::: MATERIAL FOR THIS EXERCISE

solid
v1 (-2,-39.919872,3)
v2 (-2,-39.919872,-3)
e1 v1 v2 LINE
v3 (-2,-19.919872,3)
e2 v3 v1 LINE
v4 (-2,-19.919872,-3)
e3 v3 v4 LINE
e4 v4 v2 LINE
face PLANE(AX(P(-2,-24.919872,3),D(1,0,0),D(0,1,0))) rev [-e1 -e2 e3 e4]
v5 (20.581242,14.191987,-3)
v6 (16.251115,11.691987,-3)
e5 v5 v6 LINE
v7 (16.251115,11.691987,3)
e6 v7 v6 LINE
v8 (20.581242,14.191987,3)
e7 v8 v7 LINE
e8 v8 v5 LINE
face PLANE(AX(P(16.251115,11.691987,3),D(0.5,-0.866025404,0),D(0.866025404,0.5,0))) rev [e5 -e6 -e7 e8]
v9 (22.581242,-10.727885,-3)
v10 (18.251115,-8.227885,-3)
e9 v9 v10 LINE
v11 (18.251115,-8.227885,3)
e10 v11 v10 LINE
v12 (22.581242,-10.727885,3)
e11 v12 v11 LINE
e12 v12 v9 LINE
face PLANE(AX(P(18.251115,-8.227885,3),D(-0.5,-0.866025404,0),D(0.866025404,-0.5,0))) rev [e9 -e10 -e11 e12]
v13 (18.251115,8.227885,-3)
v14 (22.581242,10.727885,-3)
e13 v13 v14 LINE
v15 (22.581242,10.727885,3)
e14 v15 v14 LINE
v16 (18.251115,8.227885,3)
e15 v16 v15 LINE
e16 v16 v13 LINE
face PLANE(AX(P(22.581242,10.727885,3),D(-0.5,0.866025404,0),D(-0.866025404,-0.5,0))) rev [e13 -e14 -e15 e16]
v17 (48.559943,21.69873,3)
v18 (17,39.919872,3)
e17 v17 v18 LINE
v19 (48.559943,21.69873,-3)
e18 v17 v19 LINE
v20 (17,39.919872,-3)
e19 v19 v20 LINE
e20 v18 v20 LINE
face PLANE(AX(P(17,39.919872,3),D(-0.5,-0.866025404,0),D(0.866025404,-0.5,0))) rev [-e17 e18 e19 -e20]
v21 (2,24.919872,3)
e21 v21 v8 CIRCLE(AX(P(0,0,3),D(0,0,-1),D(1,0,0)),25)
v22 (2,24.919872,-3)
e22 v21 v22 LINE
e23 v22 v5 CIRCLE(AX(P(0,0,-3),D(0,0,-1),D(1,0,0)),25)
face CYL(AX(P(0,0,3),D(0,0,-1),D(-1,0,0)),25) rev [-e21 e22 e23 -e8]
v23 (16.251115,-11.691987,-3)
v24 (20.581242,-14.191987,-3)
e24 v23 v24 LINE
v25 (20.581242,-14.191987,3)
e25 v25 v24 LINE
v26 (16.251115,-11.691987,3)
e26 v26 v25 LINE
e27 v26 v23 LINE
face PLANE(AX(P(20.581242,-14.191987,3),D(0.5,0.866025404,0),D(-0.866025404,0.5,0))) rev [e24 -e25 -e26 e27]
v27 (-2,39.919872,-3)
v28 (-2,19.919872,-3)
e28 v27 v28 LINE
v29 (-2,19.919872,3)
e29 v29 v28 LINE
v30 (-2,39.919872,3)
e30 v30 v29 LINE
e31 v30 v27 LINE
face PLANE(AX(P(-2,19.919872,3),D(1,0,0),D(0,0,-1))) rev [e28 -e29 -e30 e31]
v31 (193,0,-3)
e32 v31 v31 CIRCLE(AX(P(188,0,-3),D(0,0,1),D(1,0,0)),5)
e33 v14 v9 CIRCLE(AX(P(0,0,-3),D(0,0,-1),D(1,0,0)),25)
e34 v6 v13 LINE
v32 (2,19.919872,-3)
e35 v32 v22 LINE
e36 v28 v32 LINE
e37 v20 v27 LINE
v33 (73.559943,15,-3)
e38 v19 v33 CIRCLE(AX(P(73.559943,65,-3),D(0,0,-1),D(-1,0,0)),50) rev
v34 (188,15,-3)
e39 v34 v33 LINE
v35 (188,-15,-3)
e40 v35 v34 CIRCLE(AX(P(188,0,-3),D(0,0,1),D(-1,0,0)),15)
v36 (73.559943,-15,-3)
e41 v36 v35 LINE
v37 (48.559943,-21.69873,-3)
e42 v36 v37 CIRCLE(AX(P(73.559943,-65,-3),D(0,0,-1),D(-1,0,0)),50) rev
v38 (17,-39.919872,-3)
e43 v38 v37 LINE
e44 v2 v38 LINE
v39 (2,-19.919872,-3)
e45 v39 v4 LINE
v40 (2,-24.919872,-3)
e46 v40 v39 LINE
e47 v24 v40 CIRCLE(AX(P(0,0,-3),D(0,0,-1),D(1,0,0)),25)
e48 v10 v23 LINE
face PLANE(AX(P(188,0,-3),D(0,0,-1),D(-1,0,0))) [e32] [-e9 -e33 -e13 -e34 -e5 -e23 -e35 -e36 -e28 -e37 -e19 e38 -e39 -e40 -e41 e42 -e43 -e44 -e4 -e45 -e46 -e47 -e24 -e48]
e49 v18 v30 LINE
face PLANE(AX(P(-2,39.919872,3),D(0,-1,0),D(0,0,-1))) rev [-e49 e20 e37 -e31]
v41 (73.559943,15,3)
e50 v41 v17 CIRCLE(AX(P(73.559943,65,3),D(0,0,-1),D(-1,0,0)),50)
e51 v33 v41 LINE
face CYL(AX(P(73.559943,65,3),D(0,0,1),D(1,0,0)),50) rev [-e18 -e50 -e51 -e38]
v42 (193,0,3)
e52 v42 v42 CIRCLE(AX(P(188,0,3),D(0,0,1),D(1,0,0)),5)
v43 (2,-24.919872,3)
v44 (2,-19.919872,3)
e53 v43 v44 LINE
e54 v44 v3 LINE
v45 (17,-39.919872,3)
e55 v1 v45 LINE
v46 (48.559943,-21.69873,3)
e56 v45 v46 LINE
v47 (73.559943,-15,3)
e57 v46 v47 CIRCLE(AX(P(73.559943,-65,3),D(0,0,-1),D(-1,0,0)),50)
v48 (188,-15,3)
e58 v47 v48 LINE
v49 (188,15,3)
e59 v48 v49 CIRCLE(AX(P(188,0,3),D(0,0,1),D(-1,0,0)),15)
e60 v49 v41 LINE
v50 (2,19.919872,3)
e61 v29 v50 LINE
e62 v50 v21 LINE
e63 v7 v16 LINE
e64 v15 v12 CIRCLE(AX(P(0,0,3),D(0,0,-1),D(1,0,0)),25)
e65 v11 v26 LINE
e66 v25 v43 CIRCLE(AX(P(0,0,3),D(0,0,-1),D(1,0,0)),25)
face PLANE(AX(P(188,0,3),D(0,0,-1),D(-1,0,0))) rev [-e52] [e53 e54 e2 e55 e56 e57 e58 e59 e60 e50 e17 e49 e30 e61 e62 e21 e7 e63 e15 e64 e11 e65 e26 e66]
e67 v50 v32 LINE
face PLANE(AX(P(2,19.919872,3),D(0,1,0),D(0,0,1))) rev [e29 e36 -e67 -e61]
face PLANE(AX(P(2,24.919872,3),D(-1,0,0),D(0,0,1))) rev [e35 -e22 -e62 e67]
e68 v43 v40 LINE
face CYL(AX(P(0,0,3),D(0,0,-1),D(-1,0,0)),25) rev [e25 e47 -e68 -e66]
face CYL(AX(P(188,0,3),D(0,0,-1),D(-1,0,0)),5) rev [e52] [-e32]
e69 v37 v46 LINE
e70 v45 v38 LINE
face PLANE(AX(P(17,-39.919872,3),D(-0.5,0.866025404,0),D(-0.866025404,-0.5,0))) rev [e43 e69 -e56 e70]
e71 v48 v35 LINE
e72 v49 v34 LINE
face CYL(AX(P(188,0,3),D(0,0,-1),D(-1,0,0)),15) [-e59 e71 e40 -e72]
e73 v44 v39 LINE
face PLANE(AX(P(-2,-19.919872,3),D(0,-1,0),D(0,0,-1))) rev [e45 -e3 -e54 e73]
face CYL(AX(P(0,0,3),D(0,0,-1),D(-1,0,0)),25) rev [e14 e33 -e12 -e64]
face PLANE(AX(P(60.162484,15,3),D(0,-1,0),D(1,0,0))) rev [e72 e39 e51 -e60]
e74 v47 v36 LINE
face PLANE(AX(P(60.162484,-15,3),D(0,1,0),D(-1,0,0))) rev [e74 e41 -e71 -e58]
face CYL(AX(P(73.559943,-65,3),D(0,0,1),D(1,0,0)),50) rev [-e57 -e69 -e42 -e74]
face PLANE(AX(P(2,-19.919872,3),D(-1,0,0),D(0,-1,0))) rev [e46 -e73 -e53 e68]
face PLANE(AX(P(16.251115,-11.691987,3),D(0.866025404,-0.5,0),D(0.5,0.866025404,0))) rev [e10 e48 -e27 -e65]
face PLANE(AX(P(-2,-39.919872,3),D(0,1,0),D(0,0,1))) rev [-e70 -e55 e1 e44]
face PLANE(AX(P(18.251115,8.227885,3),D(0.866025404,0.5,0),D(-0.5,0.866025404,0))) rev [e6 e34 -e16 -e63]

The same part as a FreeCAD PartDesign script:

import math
import FreeCAD as App
import Part
import Sketcher
from FreeCAD import Vector
Q = App.Units.Quantity


def edges_at(feature, points):
    """Names of the edges that pass closest to the given points."""
    edges = feature.Shape.Edges
    near = lambda p: min(range(len(edges)), key=lambda i: edges[i].distToShape(Part.Vertex(*p))[0])
    return sorted({f"Edge{near(p) + 1}" for p in points})

doc = App.newDocument("Part")
body = doc.addObject("PartDesign::Body", "Body")

sketch1 = body.newObject("Sketcher::SketchObject", "Sketch")
sketch1.AttachmentSupport = (doc.getObject("XY_Plane"), [""])
sketch1.MapMode = "FlatFace"
sketch1.addGeometry(Part.LineSegment(Vector(2, 19.9, 0), Vector(2, 24.9, 0)), False)
sketch1.addGeometry(Part.ArcOfCircle(Part.Circle(Vector(0, 0, 0), Vector(0, 0, 1), 25), math.radians(35), math.radians(85)), False)
sketch1.addGeometry(Part.LineSegment(Vector(20.6, 14.2, 0), Vector(16.3, 11.7, 0)), False)
sketch1.addGeometry(Part.LineSegment(Vector(16.3, 11.7, 0), Vector(18.3, 8.2, 0)), False)
sketch1.addGeometry(Part.LineSegment(Vector(18.3, 8.2, 0), Vector(22.6, 10.7, 0)), False)
sketch1.addGeometry(Part.ArcOfCircle(Part.Circle(Vector(0, 0, 0), Vector(0, 0, 1), 25), math.radians(-25), math.radians(25)), False)
sketch1.addGeometry(Part.LineSegment(Vector(22.6, -10.7, 0), Vector(18.3, -8.2, 0)), False)
sketch1.addGeometry(Part.LineSegment(Vector(18.3, -8.2, 0), Vector(16.3, -11.7, 0)), False)
sketch1.addGeometry(Part.LineSegment(Vector(16.3, -11.7, 0), Vector(20.6, -14.2, 0)), False)
sketch1.addGeometry(Part.ArcOfCircle(Part.Circle(Vector(0, 0, 0), Vector(0, 0, 1), 25), math.radians(-85), math.radians(-35)), False)
sketch1.addGeometry(Part.LineSegment(Vector(2, -24.9, 0), Vector(2, -19.9, 0)), False)
sketch1.addGeometry(Part.LineSegment(Vector(2, -19.9, 0), Vector(-2, -19.9, 0)), False)
sketch1.addGeometry(Part.LineSegment(Vector(-2, -19.9, 0), Vector(-2, -39.9, 0)), False)
sketch1.addGeometry(Part.LineSegment(Vector(-2, -39.9, 0), Vector(17, -39.9, 0)), False)
sketch1.addGeometry(Part.LineSegment(Vector(17, -39.9, 0), Vector(60.2, -15, 0)), False)
sketch1.addGeometry(Part.LineSegment(Vector(60.2, -15, 0), Vector(188, -15, 0)), False)
sketch1.addGeometry(Part.ArcOfCircle(Part.Circle(Vector(188, 0, 0), Vector(0, 0, 1), 15), math.radians(-90), math.radians(90)), False)
sketch1.addGeometry(Part.LineSegment(Vector(188, 15, 0), Vector(60.2, 15, 0)), False)
sketch1.addGeometry(Part.LineSegment(Vector(60.2, 15, 0), Vector(17, 39.9, 0)), False)
sketch1.addGeometry(Part.LineSegment(Vector(17, 39.9, 0), Vector(-2, 39.9, 0)), False)
sketch1.addGeometry(Part.LineSegment(Vector(-2, 39.9, 0), Vector(-2, 19.9, 0)), False)
sketch1.addGeometry(Part.LineSegment(Vector(-2, 19.9, 0), Vector(2, 19.9, 0)), False)
sketch1.addGeometry(Part.Circle(Vector(188, 0, 0), Vector(0, 0, 1), 5), False)
sketch1.addConstraint(Sketcher.Constraint("Coincident", 0, 2, 1, 2))
sketch1.addConstraint(Sketcher.Constraint("Coincident", 1, 1, 2, 1))
sketch1.addConstraint(Sketcher.Constraint("Coincident", 2, 2, 3, 1))
sketch1.addConstraint(Sketcher.Constraint("Coincident", 3, 2, 4, 1))
sketch1.addConstraint(Sketcher.Constraint("Coincident", 4, 2, 5, 2))
sketch1.addConstraint(Sketcher.Constraint("Coincident", 5, 1, 6, 1))
sketch1.addConstraint(Sketcher.Constraint("Coincident", 6, 2, 7, 1))
sketch1.addConstraint(Sketcher.Constraint("Coincident", 7, 2, 8, 1))
sketch1.addConstraint(Sketcher.Constraint("Coincident", 8, 2, 9, 2))
sketch1.addConstraint(Sketcher.Constraint("Coincident", 9, 1, 10, 1))
sketch1.addConstraint(Sketcher.Constraint("Coincident", 10, 2, 11, 1))
sketch1.addConstraint(Sketcher.Constraint("Coincident", 11, 2, 12, 1))
sketch1.addConstraint(Sketcher.Constraint("Coincident", 12, 2, 13, 1))
sketch1.addConstraint(Sketcher.Constraint("Coincident", 13, 2, 14, 1))
sketch1.addConstraint(Sketcher.Constraint("Coincident", 14, 2, 15, 1))
sketch1.addConstraint(Sketcher.Constraint("Tangent", 15, 2, 16, 1))
sketch1.addConstraint(Sketcher.Constraint("Tangent", 16, 2, 17, 1))
sketch1.addConstraint(Sketcher.Constraint("Coincident", 17, 2, 18, 1))
sketch1.addConstraint(Sketcher.Constraint("Coincident", 18, 2, 19, 1))
sketch1.addConstraint(Sketcher.Constraint("Coincident", 19, 2, 20, 1))
sketch1.addConstraint(Sketcher.Constraint("Coincident", 20, 2, 21, 1))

::::::

With the line holding "e13 v13 v14 LINE" as the first and the line holding "e20 v18 v20 LINE" as the last, set down that range of the entries above exactly, and nothing else.

e13 v13 v14 LINE
v15 (22.581242,10.727885,3)
e14 v15 v14 LINE
v16 (18.251115,8.227885,3)
e15 v16 v15 LINE
e16 v16 v13 LINE
face PLANE(AX(P(22.581242,10.727885,3),D(-0.5,0.866025404,0),D(-0.866025404,-0.5,0))) rev [e13 -e14 -e15 e16]
v17 (48.559943,21.69873,3)
v18 (17,39.919872,3)
e17 v17 v18 LINE
v19 (48.559943,21.69873,-3)
e18 v17 v19 LINE
v20 (17,39.919872,-3)
e19 v19 v20 LINE
e20 v18 v20 LINE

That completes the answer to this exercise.